Quantitative logarithmic Sobolev inequalities and stability estimates

TL;DR

This paper improves classical logarithmic Sobolev inequalities for Gaussian measures under Poincaré conditions, providing quantitative stability estimates and bounds on deficits using Wasserstein distances, with applications in Bakry-Émery theory.

Contribution

It introduces enhanced logarithmic Sobolev inequalities with explicit deficit bounds in terms of Wasserstein distances, extending stability analysis under Poincaré conditions.

Findings

Lower bounds on the deficit in terms of quadratic Kantorovich-Wasserstein distance.

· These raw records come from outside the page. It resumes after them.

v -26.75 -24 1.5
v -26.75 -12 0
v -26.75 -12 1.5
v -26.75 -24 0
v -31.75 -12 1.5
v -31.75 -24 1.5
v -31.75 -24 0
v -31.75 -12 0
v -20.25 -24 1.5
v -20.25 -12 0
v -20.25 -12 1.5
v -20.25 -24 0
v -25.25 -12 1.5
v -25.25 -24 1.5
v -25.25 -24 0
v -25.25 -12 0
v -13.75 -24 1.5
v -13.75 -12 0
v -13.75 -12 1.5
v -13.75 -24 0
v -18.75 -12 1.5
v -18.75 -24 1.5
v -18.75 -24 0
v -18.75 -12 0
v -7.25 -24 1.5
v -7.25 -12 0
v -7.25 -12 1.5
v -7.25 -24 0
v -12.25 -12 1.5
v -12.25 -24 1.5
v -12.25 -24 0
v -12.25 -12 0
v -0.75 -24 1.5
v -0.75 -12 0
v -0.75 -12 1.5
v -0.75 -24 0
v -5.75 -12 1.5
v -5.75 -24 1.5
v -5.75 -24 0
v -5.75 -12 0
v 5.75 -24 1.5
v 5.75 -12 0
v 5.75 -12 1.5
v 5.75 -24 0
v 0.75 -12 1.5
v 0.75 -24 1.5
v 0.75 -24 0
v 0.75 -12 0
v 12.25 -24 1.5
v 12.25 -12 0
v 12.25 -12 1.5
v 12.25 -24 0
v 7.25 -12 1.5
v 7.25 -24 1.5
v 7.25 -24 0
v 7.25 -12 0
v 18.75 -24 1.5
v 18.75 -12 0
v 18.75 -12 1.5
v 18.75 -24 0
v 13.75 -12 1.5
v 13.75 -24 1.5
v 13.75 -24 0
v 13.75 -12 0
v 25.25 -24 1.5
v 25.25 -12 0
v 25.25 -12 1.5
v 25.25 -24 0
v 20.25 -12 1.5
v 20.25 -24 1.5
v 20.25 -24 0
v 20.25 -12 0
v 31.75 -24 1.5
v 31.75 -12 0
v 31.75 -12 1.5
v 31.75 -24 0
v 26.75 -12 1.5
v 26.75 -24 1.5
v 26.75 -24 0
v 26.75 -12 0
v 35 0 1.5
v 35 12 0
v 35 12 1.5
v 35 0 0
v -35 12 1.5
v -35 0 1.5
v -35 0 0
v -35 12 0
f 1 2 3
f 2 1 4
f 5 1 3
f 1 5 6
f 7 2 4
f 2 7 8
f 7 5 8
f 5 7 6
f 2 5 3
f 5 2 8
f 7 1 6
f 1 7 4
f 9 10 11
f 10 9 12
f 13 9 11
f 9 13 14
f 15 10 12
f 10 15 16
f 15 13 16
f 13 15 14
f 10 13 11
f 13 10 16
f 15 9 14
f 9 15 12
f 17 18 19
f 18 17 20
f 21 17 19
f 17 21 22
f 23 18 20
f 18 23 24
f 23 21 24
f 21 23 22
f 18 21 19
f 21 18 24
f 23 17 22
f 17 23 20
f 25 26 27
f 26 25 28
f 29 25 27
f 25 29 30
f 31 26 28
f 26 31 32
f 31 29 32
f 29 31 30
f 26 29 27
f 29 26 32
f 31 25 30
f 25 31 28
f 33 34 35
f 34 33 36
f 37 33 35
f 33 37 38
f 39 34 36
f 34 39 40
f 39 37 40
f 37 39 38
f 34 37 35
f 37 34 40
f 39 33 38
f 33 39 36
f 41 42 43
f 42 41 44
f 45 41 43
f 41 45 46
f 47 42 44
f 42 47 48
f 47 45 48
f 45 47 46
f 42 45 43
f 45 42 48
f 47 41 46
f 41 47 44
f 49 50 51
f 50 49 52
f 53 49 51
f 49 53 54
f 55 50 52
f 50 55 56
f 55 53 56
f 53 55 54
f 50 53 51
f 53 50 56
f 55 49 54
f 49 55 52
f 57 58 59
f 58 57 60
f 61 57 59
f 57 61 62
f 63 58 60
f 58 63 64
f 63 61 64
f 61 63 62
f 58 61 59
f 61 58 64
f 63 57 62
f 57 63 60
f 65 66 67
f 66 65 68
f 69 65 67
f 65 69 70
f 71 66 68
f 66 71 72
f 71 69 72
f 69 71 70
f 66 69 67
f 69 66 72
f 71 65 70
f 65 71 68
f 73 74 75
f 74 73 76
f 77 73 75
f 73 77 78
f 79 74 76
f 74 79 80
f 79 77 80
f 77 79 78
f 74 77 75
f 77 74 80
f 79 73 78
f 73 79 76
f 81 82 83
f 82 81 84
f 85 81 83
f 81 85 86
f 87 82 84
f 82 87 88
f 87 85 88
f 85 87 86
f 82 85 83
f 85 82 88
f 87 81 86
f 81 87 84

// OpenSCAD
// 10-well agarose gel comb, printed lying flat
// Units: mm. Plate thickness (Z) = 1.5.

// ---- Spine (back bar) ----
spine_len   = 70;   // spine length along X
spine_wid   = 12;   // spine width along Y

// ---- Teeth ----
tooth_count = 10;   // number of wells
tooth_w     = 5.0;  // tooth width along X
tooth_l     = 12;   // tooth length along Y (overlaps spine by 12 mm)
gap         = 1.5;  // gap between neighbouring teeth along X

// ---- Misc ----
eps         = 0.5;  // cutter overshoot past faces
$fn         = 64;

// Derived
pitch    = tooth_w + gap;                 // centre-to-centre spacing
x_start  = -(tooth_count - 1) * pitch / 2; // first tooth centre (row centred)
tooth_h  = tooth_l + spine_wid;           // total tooth height from -Y edge

module spine() {
    translate([-spine_len / 2, 0, 0])
        cube([spine_len, spine_wid, 1.5]);
}

module teeth() {
    for (i = [0 : tooth_count - 1]) {
        translate([x_start + i * pitch - tooth_w / 2, -tooth_h, 0])
            cube([tooth_w, tooth_l, 1.5]);
    }
}

union() {
    spine();
    teeth();
}
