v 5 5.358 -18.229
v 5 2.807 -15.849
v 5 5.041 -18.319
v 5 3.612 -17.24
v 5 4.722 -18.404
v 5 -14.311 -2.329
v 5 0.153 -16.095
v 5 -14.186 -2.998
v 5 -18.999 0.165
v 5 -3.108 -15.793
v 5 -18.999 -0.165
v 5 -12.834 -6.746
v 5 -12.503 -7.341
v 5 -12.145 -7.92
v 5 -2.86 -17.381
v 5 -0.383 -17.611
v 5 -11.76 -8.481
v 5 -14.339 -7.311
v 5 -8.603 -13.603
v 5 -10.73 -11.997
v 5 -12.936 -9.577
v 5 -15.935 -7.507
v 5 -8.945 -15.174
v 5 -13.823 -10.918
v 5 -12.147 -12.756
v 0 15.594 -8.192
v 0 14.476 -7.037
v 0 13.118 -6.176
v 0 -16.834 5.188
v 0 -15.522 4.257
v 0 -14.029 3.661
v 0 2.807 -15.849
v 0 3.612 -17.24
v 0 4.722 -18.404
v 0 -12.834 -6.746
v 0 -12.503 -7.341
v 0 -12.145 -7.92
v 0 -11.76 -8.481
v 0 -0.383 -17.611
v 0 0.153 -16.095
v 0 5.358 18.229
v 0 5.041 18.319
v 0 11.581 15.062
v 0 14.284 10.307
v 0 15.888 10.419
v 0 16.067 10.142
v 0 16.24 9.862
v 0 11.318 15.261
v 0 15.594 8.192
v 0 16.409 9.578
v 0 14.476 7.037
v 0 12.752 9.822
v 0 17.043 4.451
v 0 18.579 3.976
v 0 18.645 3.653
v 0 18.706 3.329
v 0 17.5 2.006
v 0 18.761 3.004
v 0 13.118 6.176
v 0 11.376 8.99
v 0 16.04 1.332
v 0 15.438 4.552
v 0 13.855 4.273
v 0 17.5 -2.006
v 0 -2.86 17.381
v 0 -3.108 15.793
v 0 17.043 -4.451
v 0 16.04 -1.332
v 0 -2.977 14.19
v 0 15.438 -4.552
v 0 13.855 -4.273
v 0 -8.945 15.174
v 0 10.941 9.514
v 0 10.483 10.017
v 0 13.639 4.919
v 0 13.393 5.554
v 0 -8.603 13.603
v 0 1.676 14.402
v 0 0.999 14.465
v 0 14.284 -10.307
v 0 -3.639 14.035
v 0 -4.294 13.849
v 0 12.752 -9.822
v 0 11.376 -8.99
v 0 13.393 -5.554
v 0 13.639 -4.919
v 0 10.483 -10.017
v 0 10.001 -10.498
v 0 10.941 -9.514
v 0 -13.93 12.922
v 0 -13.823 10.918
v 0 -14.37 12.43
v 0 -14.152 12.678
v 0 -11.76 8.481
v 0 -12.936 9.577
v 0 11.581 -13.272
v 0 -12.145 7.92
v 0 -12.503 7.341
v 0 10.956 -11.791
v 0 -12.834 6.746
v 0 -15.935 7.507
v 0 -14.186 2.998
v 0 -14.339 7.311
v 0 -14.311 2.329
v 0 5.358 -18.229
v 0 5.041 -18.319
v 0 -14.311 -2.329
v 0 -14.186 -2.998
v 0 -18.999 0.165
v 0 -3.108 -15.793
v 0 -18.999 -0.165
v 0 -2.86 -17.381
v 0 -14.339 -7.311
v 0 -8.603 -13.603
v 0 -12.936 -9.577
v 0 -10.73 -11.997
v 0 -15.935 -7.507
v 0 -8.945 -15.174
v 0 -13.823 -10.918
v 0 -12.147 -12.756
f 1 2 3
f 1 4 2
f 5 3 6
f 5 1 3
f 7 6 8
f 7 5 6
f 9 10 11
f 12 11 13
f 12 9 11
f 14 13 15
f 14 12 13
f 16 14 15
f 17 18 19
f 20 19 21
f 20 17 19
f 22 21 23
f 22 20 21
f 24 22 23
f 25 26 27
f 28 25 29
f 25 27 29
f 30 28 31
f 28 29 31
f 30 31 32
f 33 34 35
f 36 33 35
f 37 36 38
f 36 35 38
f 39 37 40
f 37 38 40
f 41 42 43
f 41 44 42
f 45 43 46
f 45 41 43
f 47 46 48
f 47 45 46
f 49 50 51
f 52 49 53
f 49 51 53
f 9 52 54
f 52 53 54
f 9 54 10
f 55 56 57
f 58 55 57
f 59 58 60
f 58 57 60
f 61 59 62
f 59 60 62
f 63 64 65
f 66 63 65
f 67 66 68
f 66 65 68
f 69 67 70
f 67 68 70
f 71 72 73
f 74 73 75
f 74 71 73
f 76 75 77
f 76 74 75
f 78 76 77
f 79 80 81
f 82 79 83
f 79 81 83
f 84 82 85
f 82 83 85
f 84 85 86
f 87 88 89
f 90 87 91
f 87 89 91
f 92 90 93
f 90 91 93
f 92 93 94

Lower bounds on the deficit in terms of L^1-Kantorovich-Wasserstein distance.

Applications to Bakry-Émery theory and the coherent state transform.

Abstract

We establish an improved form of the classical logarithmic Sobolev inequality for the Gaussian measure restricted to probability densities which satisfy a Poincar\'e inequality. The result implies a lower bound on the deficit in terms of the quadratic Kantorovich-Wasserstein distance. We similarly investigate the deficit in the Talagrand quadratic transportation cost inequality this time by means of an ${\rm L}^1$-Kantorovich-Wasserstein distance, optimal for product measures, and deduce a lower bound on the deficit in the logarithmic Sobolev inequality in terms of this metric. Applications are given in the context of the Bakry-\'Emery theory and the coherent state transform. The proofs combine tools from semigroup and heat kernel theory and optimal mass transportation.